Grazie, risolto, più o meno...


----------



## rrose17

I don't think this refers to the literary quality of the reviews. We use the word "literature" to mean writing on a particular subject. "The literature I've seen on this has been unclear." for example. Here I understand "literature review quality" to mean the level of quality of the reviews on the architectural literature.
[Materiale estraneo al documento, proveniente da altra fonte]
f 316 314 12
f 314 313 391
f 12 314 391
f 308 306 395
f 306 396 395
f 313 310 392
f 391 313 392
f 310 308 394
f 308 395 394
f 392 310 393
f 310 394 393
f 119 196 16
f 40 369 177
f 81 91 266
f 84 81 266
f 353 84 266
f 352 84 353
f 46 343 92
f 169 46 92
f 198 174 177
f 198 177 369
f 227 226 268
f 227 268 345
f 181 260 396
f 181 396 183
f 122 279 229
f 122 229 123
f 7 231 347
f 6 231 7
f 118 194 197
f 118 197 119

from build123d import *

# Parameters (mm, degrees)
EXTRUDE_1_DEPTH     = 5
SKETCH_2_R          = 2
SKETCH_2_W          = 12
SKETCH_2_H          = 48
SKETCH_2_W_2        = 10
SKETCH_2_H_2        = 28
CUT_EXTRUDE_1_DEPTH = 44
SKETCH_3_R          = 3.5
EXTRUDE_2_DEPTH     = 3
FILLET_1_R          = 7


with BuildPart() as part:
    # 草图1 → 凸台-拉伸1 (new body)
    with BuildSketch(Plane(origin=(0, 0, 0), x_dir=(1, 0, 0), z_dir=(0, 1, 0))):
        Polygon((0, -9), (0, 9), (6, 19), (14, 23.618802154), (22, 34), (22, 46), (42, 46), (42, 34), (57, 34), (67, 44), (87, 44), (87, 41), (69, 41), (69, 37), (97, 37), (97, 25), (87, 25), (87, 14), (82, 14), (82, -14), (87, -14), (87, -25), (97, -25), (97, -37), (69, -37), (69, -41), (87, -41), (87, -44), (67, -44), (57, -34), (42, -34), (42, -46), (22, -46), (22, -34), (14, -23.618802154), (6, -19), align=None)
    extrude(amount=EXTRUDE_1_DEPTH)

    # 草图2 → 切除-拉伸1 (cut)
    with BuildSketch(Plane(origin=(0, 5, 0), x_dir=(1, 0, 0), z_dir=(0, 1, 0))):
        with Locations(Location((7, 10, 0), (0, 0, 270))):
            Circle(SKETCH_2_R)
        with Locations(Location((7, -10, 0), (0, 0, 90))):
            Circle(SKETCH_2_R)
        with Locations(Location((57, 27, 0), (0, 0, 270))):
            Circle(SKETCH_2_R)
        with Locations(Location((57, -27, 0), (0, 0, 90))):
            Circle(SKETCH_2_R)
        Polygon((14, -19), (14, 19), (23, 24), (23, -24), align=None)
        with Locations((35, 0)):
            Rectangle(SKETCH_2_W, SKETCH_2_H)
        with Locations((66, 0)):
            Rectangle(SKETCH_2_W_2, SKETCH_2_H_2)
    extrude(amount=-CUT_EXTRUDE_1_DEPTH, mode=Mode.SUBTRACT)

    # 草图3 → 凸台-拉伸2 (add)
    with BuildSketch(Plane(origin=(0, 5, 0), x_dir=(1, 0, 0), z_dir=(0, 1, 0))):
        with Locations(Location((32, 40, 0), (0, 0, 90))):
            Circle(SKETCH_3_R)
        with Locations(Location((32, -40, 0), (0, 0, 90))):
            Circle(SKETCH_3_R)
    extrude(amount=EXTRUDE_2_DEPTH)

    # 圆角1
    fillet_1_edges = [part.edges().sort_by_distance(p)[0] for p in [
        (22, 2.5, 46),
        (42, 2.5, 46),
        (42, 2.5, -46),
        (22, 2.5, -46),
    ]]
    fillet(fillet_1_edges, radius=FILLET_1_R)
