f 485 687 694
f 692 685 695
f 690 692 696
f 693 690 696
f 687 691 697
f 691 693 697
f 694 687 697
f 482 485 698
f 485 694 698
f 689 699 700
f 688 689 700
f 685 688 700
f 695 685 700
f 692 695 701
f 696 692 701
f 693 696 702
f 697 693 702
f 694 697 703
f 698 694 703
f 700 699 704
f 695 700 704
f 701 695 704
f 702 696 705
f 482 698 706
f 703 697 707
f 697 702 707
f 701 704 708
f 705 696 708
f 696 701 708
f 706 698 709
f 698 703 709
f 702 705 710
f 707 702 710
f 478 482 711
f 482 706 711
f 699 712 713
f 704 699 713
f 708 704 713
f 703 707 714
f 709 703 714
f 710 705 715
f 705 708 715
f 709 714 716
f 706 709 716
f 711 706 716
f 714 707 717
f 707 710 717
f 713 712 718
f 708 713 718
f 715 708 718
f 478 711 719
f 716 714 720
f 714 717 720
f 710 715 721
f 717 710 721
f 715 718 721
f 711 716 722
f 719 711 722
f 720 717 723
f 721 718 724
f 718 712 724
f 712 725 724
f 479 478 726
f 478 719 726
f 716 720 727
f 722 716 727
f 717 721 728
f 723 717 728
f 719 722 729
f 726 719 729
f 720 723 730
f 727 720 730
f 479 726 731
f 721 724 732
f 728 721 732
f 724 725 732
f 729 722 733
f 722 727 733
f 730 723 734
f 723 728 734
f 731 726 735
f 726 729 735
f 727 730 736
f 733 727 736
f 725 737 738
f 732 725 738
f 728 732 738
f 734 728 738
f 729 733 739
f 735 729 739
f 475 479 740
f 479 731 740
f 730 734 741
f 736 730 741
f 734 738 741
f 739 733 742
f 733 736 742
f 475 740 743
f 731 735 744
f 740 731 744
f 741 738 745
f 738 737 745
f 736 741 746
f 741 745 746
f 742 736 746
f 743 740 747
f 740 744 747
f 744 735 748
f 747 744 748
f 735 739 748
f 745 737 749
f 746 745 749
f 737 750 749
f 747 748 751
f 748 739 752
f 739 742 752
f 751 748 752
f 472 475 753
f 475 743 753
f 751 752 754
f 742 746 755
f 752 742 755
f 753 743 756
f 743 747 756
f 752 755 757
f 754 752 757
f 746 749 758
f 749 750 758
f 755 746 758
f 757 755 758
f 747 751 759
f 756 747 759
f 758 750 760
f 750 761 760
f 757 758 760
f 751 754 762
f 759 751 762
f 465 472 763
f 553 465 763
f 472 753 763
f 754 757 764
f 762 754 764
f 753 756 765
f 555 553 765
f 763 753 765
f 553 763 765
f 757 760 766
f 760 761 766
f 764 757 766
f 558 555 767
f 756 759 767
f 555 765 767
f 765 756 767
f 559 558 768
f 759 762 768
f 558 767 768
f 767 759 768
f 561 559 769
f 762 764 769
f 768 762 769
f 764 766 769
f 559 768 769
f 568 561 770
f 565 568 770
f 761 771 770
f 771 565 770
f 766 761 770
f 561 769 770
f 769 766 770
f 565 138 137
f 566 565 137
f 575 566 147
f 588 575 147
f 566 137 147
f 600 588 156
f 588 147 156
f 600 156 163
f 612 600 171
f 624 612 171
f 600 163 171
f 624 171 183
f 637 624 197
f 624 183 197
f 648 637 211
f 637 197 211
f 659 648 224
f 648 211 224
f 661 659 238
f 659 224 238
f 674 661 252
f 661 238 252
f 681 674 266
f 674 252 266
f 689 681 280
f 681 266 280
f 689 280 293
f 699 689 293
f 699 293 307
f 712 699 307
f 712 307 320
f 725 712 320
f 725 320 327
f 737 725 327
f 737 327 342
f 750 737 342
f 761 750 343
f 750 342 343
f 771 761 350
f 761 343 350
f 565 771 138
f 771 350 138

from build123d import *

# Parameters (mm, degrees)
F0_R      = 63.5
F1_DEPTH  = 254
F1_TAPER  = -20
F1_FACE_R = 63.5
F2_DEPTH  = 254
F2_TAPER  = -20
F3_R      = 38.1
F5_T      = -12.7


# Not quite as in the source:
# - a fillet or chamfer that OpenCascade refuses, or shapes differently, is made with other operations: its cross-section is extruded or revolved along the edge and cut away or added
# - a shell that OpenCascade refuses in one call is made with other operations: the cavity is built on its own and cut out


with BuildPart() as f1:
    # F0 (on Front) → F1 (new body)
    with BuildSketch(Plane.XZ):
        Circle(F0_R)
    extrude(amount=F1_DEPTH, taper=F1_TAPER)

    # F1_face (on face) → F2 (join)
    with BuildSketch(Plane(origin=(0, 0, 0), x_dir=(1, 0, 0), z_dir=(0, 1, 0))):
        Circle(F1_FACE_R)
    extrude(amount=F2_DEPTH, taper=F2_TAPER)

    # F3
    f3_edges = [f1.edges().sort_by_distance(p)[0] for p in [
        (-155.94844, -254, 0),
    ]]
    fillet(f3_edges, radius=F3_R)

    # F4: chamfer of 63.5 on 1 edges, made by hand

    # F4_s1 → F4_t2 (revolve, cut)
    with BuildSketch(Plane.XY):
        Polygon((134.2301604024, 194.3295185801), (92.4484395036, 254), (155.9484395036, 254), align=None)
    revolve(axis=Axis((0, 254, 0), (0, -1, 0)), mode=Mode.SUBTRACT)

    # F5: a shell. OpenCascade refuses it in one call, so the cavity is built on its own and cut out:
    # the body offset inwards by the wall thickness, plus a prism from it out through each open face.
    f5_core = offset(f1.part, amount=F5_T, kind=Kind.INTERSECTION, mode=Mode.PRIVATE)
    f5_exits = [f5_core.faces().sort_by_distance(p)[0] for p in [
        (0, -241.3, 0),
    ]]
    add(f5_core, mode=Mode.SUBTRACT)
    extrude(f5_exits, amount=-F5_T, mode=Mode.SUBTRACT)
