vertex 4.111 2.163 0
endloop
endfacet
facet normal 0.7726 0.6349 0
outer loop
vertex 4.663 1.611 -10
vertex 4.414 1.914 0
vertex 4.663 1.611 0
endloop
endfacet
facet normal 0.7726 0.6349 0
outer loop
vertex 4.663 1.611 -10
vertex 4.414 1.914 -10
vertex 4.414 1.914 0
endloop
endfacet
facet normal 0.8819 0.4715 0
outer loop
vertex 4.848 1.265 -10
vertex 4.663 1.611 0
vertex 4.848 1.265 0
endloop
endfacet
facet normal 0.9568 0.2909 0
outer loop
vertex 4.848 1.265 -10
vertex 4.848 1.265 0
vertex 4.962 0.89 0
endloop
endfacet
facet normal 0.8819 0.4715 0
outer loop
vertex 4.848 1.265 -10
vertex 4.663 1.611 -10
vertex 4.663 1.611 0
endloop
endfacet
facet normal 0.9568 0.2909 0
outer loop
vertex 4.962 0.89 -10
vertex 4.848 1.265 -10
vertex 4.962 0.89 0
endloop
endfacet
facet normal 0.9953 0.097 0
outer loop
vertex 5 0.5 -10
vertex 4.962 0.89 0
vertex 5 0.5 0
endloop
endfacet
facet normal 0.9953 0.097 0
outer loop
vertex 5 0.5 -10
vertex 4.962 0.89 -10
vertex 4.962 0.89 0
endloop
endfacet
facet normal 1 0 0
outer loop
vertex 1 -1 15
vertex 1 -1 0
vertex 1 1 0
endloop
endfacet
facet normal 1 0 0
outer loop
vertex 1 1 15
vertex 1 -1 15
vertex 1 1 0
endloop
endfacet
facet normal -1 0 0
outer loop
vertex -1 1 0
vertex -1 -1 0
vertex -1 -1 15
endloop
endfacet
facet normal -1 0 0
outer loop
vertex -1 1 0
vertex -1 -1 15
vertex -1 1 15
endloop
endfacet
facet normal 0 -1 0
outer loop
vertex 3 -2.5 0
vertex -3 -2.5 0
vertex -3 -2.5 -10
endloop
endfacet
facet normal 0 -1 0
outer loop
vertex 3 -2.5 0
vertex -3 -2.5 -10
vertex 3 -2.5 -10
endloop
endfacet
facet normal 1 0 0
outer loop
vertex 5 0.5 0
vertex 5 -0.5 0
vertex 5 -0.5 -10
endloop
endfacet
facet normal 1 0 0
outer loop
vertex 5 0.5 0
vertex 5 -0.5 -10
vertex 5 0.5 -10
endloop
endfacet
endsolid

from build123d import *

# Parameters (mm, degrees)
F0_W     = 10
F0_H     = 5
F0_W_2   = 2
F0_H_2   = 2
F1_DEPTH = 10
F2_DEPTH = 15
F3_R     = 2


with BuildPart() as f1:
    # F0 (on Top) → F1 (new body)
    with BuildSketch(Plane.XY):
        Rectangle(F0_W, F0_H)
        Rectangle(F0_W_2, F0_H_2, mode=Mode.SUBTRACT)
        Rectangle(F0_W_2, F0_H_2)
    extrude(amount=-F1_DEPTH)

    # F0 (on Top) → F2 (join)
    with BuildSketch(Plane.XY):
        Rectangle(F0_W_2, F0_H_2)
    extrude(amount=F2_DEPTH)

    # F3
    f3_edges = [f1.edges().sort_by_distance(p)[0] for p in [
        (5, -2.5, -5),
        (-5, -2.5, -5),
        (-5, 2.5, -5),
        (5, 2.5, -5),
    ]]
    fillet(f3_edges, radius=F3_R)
Non-native rather than not native.


----------



## Lorena1970

rrose17 said:


> I don't think this refers to the literary quality of the reviews. We use the word "literature" to mean writing on a particular subject. "The literature I've seen on this has been unclear." for example. Here I understand "literature review quality" to mean the level of quality of the reviews on the architectural literature. _That's how I intended it. Thanks_
> 
> Non-native rather than not native.


----------



## Tellure

Alla luce dell’*analisi della letteratura* accademica su queste tematiche, questo lavoro di tesi si è proposto di indagare le modalità attraverso cui integrare i fornitori nel processo di sviluppo da parte degli Original Equipment Manufacturer.
[...]
Il lavoro è strutturato in sei capitoli, divisi in tre sezioni principali: la prima (primi due
capitoli) dedicata all’*analisi della letteratura *accademica su queste tematiche, la seconda indirizzata all’impostazione del disegno della ricerca (capitolo 3); la terza alla descrizione dei risultati dell’indagine empirica (ultimi tre capitoli).
[...]
In una ricerca basata sui casi infatti l’*analisi della letteratura*, la creazione di un framework concettuale, la definizione dei costrutti e del protocollo di ricerca risultano di fondamentale importanza, soprattutto per entrare nelle organizzazioni con un focus ben definito (Mintzberg, 1979).
[...]
Le domande di ricerca, precisate e formalizzate in questi termini sono il risultato, oltre che dell’*analisi della letteratura*, anche di un processo di revisione e aggiustamento che ha caratterizzato la seconda fase della ricerca (Esplorazione Empirica).
https://www.google.it/url?sa=t&sour...sgjXIbaeL30cgkzPg&sig2=htjet1m99S7y5p6c3kV2wA


----------



## Lorena1970

Tellure said:


> Alla luce dell’*analisi della letteratura* accademica su queste tematiche, questo lavoro di tesi si è proposto di indagare le modalità attraverso cui integrare i fornitori nel processo di sviluppo da parte degli Original Equipment Manufacturer..............................................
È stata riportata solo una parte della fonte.